Problem to work on: Check each line of the records below and collect those that include the word "normal".

** Supplied entries follows **

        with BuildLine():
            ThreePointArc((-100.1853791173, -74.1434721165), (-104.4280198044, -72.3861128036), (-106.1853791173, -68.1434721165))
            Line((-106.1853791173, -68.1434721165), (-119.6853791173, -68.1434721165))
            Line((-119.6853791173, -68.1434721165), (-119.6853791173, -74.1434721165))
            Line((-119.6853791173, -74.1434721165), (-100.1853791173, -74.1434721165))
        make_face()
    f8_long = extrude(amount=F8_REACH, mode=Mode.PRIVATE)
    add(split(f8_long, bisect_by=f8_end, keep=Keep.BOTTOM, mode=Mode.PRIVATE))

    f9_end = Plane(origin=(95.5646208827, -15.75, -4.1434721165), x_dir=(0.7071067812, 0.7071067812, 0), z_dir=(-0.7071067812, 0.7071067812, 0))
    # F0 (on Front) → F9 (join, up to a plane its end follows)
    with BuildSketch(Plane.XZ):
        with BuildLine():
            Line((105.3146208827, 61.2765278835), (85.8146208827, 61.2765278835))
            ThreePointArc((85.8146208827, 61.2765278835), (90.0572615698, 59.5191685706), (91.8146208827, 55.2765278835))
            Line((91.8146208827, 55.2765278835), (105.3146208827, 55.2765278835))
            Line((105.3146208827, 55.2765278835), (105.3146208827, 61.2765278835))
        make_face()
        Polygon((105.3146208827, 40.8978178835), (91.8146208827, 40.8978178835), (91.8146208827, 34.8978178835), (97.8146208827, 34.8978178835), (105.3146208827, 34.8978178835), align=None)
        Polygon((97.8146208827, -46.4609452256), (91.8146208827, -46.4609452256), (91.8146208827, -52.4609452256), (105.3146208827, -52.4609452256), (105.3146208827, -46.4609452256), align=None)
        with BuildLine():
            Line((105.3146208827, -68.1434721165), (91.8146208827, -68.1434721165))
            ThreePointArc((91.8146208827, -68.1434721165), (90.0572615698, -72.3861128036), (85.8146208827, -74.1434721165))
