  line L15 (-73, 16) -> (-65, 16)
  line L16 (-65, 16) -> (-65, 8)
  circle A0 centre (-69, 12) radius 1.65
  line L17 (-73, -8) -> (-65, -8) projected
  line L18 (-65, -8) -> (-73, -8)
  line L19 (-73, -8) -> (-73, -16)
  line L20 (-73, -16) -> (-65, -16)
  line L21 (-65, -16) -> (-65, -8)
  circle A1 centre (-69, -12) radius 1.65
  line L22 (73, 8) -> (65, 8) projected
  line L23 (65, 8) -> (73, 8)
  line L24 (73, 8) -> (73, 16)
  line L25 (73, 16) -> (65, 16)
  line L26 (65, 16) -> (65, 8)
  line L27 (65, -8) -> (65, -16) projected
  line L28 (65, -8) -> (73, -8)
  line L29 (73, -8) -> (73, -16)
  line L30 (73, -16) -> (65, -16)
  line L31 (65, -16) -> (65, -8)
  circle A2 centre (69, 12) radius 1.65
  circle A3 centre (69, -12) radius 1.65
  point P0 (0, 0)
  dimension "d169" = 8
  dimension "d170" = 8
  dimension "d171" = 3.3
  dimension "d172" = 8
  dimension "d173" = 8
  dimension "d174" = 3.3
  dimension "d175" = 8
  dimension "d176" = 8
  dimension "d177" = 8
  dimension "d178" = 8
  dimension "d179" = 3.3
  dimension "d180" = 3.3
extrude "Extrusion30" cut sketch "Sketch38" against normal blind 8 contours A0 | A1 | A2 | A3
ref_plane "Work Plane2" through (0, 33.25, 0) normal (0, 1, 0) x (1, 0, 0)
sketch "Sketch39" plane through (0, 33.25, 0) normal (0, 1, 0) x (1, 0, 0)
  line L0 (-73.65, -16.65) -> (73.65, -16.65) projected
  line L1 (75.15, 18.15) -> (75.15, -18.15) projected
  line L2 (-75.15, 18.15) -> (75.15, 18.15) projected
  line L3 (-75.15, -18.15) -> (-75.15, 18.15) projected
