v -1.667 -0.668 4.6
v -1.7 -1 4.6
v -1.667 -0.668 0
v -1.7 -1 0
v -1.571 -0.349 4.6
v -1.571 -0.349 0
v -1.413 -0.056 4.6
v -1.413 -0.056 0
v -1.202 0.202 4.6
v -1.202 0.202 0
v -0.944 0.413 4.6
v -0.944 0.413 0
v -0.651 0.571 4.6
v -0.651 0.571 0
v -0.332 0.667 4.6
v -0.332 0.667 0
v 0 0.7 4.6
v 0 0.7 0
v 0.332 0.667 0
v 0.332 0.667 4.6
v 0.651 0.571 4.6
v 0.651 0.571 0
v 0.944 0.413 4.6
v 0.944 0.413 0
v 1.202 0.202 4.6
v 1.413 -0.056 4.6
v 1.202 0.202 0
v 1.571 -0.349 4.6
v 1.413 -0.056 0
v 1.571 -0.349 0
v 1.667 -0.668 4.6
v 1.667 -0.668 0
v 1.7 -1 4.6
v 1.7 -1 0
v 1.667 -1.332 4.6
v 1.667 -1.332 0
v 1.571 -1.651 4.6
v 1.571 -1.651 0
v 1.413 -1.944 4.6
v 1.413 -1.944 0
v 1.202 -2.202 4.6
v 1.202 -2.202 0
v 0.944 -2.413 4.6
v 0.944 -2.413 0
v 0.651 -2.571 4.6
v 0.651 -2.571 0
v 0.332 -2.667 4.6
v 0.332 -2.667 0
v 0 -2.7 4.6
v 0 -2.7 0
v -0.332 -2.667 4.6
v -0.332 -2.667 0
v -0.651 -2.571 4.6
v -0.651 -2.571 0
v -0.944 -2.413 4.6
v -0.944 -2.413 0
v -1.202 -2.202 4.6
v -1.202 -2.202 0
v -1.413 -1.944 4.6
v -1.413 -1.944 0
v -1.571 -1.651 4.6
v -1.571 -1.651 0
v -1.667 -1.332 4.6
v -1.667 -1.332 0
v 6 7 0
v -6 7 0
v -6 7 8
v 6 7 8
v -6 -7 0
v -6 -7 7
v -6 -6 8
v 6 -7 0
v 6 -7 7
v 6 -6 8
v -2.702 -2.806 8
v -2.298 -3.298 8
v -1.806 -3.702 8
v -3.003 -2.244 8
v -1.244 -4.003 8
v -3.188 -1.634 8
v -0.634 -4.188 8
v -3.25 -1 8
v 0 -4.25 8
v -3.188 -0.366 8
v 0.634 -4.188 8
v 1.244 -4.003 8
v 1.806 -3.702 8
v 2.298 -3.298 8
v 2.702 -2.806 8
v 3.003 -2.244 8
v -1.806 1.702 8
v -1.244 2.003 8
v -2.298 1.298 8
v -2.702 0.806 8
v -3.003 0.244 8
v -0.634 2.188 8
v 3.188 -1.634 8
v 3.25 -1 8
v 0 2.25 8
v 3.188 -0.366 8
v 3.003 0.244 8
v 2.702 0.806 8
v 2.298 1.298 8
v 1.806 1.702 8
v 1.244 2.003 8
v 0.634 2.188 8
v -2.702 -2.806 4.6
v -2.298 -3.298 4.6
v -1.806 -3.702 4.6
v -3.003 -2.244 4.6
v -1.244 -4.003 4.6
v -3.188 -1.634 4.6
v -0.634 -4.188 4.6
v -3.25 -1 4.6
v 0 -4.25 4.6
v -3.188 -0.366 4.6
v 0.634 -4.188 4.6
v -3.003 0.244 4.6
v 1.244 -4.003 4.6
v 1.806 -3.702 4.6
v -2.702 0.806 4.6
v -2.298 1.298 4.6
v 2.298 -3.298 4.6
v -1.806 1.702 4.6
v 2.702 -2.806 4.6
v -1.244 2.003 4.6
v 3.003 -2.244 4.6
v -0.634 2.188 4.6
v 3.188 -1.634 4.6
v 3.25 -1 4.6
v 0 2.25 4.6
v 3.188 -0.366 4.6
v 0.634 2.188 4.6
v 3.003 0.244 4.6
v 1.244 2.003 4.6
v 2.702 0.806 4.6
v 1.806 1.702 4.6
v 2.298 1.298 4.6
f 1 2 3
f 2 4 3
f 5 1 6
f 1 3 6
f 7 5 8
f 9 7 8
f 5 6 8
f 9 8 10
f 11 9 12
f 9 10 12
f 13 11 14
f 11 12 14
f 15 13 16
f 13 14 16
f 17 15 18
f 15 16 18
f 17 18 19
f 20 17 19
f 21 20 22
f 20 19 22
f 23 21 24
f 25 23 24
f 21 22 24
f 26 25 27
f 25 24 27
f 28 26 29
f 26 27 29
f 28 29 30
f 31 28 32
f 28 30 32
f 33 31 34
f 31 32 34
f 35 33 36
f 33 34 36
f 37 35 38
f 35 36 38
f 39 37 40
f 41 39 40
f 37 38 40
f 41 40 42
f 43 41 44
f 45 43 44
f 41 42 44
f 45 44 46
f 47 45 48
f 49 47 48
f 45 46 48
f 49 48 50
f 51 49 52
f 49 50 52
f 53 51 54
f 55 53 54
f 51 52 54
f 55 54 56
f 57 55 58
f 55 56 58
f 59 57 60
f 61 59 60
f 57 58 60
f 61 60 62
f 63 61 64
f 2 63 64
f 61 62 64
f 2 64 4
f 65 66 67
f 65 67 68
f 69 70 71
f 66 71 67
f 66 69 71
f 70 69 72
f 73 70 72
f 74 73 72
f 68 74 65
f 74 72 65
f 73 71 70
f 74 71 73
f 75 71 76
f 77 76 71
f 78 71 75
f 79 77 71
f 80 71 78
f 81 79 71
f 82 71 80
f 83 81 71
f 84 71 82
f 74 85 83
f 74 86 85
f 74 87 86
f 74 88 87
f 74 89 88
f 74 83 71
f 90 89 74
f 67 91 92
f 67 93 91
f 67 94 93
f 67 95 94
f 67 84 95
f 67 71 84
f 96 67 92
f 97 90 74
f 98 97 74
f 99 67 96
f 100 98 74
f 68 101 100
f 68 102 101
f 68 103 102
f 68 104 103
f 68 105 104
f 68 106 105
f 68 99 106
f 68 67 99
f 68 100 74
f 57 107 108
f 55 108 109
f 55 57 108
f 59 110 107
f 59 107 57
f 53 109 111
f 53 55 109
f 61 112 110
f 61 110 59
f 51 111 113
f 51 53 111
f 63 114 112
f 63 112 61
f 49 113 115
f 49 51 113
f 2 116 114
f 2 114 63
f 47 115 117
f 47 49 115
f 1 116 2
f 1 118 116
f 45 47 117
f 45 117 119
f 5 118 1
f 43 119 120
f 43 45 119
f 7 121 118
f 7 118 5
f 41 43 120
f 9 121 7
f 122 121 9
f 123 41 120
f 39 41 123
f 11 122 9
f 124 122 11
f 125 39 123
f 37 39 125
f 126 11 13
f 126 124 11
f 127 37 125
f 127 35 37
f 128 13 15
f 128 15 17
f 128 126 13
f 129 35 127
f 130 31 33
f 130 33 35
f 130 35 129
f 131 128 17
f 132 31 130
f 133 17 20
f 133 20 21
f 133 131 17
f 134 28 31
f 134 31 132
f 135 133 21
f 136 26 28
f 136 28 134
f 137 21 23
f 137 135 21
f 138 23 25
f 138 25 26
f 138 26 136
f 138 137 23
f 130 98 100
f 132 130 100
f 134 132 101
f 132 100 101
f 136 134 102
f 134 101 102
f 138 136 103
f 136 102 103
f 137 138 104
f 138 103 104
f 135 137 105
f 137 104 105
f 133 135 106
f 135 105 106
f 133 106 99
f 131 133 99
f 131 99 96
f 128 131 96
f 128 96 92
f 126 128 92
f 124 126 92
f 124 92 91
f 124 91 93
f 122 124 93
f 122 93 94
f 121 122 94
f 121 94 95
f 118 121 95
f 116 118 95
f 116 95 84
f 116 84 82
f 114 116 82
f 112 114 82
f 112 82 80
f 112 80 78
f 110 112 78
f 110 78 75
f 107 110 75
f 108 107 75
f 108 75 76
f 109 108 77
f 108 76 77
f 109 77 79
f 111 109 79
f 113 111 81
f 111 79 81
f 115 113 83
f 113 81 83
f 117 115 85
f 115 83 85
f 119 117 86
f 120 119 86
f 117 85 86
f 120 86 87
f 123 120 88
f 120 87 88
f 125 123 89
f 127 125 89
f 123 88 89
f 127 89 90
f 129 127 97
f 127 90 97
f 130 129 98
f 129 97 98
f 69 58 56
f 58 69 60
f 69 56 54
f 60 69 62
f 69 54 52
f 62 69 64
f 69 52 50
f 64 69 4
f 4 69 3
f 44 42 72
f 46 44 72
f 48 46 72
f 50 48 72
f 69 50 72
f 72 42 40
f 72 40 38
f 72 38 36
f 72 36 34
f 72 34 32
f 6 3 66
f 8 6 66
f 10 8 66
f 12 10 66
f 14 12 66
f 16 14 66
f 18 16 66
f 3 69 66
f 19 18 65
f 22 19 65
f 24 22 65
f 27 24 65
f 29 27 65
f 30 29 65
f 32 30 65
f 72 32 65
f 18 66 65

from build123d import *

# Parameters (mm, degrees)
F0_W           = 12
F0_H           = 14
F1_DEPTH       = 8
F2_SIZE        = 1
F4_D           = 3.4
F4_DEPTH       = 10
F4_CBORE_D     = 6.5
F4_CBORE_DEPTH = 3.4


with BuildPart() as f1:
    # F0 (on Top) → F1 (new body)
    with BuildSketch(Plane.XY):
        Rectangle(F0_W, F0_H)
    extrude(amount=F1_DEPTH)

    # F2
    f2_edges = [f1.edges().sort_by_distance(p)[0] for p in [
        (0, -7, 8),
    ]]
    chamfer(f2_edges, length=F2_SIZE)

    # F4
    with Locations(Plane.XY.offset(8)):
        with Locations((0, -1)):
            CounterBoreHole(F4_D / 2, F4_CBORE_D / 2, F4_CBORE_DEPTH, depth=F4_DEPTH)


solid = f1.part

** End of Supplied entries **

Exercise response:
extrude "Extrusion30" cut sketch "Sketch38" against normal blind 8 contours A0 | A1 | A2 | A3
ref_plane "Work Plane2" through (0, 33.25, 0) normal (0, 1, 0) x (1, 0, 0)
sketch "Sketch39" plane through (0, 33.25, 0) normal (0, 1, 0) x (1, 0, 0)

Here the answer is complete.